* _PROBLEM TO SOLVE_: Reply only with how many lines of the listing below hold the word "part".

* _DATASET CONTENT_:
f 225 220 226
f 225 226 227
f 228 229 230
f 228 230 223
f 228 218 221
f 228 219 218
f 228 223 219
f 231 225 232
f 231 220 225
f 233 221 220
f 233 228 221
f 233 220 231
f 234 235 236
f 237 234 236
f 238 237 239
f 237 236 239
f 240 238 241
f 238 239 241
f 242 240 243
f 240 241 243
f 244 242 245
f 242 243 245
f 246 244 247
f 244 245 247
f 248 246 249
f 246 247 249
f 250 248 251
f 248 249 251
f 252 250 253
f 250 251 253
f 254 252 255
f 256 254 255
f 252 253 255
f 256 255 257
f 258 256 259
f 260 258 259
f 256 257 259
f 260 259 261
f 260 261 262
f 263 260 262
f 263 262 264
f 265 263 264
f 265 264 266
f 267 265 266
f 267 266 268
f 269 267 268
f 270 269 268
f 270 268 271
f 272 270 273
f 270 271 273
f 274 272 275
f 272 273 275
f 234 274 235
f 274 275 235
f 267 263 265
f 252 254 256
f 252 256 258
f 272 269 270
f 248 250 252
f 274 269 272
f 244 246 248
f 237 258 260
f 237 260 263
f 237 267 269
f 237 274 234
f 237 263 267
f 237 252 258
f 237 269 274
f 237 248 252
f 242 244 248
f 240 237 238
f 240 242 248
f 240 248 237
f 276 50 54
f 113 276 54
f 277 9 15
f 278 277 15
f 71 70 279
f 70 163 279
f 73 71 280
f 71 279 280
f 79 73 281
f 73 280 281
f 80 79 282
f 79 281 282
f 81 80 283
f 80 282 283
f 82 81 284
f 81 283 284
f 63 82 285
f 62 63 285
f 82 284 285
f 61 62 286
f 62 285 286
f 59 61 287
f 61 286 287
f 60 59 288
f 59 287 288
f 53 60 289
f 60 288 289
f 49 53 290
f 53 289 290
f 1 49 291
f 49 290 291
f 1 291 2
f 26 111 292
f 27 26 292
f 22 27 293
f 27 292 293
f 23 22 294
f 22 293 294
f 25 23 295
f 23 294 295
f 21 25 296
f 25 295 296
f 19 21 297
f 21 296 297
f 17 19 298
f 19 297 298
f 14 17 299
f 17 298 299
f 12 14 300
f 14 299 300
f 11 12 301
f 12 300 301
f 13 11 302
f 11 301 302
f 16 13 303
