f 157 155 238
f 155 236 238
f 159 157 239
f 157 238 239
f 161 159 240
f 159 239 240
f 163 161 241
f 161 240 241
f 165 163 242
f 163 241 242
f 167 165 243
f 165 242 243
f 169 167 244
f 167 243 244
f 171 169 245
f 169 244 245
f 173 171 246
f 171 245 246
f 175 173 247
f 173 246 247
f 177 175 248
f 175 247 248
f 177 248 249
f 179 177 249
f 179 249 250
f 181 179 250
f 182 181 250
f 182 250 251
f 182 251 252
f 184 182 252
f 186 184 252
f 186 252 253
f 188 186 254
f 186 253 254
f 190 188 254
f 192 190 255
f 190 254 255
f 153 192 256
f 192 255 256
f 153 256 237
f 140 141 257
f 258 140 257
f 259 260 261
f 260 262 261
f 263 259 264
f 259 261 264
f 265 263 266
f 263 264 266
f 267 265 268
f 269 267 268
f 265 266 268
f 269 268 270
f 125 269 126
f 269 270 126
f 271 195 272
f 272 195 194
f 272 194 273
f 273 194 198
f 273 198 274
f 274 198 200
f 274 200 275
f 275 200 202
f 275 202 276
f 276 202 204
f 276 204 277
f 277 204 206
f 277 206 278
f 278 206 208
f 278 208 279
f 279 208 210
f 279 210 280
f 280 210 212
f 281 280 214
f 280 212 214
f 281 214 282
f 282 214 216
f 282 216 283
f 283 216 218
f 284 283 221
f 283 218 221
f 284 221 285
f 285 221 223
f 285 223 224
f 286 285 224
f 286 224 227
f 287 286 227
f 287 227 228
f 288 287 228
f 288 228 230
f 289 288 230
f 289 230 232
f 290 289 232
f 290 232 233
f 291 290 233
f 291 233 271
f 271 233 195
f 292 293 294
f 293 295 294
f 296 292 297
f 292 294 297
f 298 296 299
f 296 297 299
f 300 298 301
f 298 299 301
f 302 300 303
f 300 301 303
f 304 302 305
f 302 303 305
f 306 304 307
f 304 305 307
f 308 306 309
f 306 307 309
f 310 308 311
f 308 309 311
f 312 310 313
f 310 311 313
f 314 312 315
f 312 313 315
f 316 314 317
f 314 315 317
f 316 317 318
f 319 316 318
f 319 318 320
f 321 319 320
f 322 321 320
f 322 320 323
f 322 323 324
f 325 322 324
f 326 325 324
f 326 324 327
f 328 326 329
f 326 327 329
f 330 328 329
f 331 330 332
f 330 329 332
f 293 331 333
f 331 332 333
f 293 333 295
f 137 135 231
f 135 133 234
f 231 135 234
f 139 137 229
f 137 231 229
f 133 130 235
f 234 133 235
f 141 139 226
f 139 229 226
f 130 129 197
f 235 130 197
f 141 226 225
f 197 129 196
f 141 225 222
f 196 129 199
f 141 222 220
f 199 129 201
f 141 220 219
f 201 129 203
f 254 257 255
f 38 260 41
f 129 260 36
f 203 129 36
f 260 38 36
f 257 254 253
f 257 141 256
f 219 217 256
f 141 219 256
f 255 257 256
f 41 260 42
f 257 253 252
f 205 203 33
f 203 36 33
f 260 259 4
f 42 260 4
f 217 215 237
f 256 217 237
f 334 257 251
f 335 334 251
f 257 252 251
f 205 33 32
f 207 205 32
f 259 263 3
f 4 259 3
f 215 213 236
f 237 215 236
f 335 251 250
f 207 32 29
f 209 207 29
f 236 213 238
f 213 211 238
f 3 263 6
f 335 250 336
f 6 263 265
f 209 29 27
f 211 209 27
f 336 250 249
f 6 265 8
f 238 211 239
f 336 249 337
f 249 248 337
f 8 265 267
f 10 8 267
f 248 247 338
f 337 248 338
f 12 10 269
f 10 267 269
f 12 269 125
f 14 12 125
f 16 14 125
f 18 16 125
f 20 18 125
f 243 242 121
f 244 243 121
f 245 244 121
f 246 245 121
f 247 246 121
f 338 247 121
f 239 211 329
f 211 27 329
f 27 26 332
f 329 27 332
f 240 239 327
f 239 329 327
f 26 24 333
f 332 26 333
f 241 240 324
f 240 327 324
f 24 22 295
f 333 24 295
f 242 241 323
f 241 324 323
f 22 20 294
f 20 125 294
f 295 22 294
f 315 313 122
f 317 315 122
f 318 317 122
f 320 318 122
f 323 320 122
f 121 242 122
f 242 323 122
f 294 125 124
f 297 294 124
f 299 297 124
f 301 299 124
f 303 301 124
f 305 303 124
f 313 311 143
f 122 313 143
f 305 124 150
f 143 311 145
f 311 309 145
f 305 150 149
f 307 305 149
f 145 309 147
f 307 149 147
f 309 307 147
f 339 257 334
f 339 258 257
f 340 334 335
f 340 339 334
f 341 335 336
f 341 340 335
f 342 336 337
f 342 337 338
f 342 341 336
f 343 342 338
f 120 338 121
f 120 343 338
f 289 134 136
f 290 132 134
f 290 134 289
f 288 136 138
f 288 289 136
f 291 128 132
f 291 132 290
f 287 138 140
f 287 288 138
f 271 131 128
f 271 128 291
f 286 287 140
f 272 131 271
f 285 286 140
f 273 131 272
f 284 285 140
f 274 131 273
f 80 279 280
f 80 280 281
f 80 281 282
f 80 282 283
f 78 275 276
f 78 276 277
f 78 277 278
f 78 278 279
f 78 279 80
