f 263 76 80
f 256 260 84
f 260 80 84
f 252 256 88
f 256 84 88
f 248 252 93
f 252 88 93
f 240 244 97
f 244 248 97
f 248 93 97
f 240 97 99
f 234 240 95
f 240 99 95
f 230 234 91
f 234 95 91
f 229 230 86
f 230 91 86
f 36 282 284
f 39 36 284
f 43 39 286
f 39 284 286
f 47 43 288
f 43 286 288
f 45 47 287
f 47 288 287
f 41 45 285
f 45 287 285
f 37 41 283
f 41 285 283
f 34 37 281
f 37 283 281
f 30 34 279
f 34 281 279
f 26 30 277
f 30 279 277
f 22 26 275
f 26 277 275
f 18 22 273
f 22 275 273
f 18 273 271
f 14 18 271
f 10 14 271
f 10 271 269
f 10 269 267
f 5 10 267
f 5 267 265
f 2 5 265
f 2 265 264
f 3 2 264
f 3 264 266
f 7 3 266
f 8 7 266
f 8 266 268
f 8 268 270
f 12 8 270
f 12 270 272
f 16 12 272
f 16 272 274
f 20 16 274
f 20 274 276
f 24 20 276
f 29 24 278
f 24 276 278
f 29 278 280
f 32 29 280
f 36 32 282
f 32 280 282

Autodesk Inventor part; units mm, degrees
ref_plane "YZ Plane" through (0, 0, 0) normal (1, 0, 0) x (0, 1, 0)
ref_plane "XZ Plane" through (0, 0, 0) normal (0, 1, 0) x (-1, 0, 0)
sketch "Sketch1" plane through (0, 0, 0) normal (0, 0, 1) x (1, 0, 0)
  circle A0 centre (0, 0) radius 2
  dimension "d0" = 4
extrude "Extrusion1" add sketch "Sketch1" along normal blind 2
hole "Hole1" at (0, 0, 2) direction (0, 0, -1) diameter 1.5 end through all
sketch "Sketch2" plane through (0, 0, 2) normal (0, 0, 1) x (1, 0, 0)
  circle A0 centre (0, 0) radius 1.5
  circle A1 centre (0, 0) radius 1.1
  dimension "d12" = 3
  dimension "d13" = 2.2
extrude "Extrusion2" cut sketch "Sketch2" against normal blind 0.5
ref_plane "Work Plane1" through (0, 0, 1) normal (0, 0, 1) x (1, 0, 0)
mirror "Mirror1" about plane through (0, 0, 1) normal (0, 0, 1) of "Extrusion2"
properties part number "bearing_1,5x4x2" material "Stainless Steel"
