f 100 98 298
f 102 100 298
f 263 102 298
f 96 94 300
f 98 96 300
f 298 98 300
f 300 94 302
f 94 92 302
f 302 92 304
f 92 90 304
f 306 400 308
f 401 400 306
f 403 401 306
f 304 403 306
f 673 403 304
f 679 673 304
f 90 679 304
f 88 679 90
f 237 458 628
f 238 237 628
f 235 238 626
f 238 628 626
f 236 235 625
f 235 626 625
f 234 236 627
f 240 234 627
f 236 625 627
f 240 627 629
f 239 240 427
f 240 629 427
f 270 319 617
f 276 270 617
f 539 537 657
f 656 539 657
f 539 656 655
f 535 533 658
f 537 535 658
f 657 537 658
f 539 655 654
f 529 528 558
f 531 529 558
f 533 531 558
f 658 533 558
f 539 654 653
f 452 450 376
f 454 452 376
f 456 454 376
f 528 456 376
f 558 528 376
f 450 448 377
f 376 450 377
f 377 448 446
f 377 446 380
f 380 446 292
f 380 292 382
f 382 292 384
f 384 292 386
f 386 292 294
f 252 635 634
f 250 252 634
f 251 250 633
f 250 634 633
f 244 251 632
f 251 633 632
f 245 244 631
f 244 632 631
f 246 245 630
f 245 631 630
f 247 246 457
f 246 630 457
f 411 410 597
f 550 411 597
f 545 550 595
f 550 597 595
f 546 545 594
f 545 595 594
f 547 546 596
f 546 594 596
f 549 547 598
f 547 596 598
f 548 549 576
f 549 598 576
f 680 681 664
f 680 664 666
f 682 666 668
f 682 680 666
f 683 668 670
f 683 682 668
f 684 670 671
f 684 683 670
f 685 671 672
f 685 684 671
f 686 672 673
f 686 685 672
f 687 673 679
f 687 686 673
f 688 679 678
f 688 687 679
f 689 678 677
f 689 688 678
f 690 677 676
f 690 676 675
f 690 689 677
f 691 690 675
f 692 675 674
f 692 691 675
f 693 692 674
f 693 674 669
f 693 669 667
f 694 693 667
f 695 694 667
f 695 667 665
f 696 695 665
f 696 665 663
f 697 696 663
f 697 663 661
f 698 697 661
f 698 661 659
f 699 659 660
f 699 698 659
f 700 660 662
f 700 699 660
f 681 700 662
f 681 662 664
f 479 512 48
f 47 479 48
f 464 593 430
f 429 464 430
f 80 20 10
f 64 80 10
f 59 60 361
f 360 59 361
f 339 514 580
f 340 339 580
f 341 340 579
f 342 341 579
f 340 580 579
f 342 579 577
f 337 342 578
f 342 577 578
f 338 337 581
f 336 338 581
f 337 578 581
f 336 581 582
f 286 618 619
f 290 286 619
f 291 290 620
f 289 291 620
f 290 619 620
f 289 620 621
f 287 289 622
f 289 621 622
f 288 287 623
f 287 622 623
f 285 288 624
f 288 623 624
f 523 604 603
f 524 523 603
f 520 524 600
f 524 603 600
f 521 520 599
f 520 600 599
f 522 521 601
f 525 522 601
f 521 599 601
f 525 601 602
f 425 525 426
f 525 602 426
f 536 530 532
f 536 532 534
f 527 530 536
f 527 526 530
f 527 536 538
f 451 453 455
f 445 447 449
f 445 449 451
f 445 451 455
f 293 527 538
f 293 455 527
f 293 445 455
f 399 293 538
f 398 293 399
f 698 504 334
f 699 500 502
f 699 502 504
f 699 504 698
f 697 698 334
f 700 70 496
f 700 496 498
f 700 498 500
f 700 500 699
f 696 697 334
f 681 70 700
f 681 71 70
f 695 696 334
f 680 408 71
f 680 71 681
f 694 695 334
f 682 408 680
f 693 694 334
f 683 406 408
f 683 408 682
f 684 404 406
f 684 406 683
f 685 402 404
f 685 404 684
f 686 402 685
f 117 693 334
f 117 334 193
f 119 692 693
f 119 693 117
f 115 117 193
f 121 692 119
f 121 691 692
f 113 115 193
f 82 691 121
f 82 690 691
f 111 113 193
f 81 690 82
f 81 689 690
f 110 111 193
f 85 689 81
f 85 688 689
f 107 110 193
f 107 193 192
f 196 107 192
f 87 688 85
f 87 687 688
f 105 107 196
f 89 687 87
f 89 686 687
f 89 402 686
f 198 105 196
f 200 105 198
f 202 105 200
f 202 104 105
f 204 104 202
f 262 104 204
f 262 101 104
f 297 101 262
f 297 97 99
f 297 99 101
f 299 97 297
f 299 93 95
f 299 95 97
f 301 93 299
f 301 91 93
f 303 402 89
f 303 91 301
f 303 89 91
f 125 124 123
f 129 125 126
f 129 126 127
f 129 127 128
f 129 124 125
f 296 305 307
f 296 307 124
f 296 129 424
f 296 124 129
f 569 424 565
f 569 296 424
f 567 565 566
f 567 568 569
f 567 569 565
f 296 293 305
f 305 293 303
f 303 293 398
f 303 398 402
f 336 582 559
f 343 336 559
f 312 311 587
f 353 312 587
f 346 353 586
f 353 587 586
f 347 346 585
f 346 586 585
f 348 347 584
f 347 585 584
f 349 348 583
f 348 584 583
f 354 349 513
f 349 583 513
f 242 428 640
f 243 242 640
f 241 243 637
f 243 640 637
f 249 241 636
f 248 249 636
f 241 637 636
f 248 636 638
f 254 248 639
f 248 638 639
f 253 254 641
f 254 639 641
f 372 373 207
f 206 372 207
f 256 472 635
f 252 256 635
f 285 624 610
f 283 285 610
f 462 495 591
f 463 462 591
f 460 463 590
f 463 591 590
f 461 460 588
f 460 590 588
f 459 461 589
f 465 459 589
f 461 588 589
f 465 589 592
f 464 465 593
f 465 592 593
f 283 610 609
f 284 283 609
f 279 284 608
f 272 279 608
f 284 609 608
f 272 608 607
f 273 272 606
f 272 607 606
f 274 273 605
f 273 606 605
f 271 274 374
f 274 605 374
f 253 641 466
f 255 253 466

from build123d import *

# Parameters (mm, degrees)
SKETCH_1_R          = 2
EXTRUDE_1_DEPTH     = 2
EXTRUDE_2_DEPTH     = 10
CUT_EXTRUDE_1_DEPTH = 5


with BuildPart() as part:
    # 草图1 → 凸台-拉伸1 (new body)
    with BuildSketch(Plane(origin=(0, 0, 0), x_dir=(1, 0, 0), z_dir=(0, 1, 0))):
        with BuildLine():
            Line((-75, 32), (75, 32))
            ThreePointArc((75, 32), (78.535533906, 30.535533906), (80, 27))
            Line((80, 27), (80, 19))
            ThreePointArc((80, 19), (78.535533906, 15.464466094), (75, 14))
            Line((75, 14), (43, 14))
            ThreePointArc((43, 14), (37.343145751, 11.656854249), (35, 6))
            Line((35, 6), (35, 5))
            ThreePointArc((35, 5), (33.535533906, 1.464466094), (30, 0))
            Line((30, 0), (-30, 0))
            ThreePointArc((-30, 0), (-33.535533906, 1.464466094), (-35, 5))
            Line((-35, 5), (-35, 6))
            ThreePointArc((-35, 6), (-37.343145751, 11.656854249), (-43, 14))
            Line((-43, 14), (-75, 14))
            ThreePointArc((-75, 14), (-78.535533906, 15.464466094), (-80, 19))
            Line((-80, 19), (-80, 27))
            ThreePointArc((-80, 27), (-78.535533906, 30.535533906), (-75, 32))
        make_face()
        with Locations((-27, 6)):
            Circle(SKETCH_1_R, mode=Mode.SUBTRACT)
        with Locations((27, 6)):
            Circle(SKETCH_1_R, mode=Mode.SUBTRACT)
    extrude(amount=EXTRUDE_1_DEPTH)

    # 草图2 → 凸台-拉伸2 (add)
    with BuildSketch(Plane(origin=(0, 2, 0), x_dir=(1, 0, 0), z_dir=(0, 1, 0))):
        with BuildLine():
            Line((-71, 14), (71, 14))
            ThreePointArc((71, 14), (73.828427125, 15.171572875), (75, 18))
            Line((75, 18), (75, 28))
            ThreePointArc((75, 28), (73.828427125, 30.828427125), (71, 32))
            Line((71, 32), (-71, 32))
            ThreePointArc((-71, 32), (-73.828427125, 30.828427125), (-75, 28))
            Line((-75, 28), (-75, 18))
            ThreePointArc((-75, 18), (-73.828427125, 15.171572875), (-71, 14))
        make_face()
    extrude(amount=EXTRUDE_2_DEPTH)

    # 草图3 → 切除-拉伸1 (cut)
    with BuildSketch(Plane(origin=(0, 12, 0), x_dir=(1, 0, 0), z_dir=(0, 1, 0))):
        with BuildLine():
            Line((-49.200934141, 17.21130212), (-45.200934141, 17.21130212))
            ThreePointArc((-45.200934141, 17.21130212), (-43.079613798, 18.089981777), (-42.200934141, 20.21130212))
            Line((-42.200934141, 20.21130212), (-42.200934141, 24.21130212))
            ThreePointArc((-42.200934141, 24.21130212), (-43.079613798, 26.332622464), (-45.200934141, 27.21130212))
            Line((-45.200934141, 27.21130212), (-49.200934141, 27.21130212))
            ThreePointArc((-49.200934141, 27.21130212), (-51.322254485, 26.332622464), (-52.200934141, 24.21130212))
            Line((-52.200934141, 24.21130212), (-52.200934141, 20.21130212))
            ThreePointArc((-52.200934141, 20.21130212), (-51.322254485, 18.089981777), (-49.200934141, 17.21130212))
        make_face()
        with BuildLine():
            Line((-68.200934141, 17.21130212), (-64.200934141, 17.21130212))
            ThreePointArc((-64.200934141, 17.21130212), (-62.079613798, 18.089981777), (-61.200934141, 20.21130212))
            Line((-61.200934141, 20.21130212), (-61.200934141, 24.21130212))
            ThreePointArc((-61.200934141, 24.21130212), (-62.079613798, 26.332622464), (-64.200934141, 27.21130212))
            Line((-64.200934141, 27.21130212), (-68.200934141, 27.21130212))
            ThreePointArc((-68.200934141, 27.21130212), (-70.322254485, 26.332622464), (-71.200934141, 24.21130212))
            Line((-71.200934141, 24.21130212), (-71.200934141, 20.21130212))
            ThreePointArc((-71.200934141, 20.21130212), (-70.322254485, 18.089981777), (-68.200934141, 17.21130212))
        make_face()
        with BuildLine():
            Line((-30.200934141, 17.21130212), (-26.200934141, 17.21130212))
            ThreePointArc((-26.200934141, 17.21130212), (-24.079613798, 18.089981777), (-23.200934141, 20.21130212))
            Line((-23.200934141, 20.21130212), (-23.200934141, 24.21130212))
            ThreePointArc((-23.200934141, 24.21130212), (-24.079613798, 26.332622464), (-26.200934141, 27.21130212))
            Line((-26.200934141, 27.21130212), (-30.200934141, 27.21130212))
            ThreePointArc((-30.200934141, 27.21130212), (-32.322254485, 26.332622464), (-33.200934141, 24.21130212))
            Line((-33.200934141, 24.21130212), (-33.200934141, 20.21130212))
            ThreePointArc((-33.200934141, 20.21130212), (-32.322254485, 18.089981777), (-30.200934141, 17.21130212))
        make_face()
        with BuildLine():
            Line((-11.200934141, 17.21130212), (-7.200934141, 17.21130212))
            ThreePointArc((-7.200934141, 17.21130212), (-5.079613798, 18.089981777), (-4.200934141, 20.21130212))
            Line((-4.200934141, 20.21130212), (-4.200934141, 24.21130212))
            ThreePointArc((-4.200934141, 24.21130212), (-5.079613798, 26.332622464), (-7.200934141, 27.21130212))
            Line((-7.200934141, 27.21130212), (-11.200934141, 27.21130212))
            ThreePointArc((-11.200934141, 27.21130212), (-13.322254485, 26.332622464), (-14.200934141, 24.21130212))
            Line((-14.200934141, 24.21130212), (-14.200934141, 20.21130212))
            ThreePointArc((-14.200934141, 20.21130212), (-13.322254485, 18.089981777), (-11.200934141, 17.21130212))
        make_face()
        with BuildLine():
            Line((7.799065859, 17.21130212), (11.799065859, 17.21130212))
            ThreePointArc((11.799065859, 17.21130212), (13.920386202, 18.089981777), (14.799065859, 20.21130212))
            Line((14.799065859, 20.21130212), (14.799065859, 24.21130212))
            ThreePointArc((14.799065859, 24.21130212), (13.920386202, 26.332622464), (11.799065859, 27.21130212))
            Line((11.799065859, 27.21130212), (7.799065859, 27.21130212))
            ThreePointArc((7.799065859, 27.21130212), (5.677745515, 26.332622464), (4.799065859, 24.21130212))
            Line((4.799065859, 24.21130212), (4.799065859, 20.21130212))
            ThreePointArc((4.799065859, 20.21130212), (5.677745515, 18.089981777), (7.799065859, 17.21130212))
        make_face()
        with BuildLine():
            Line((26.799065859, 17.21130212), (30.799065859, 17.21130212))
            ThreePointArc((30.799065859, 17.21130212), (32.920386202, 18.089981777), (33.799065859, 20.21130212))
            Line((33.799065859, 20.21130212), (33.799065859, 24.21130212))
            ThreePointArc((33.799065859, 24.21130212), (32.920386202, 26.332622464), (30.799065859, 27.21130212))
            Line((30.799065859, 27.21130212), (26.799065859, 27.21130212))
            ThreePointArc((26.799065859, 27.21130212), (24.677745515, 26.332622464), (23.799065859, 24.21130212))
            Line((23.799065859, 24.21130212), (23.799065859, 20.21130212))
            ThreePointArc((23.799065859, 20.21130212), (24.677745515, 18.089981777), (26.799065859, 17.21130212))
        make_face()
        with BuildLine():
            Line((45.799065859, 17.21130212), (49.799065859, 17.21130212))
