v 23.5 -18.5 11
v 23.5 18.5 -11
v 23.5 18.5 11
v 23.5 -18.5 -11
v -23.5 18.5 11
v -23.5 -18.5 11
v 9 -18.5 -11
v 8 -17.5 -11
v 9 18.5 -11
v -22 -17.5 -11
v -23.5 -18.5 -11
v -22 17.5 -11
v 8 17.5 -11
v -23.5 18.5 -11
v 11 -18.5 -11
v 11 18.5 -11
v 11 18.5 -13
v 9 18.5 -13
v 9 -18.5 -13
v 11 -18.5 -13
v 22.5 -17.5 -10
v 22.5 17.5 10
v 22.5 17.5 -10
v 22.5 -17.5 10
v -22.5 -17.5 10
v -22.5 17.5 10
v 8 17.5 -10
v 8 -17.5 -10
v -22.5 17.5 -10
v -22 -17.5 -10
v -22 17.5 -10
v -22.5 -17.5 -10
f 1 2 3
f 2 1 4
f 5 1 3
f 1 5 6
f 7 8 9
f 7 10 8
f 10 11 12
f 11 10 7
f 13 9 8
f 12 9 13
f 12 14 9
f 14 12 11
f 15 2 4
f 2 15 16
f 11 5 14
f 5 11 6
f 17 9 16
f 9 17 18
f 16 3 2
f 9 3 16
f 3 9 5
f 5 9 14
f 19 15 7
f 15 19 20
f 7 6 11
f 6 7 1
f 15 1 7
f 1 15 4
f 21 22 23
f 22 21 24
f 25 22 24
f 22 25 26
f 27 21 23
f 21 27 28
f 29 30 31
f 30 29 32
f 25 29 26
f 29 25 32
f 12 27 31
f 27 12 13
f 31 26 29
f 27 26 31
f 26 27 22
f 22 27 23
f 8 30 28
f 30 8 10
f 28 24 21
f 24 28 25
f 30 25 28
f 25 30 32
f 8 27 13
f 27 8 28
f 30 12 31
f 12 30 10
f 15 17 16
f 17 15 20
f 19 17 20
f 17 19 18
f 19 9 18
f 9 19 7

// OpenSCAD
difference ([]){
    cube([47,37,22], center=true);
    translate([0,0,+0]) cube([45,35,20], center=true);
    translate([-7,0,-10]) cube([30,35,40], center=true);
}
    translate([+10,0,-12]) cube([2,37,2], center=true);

* _ANSWER SECTION_: 3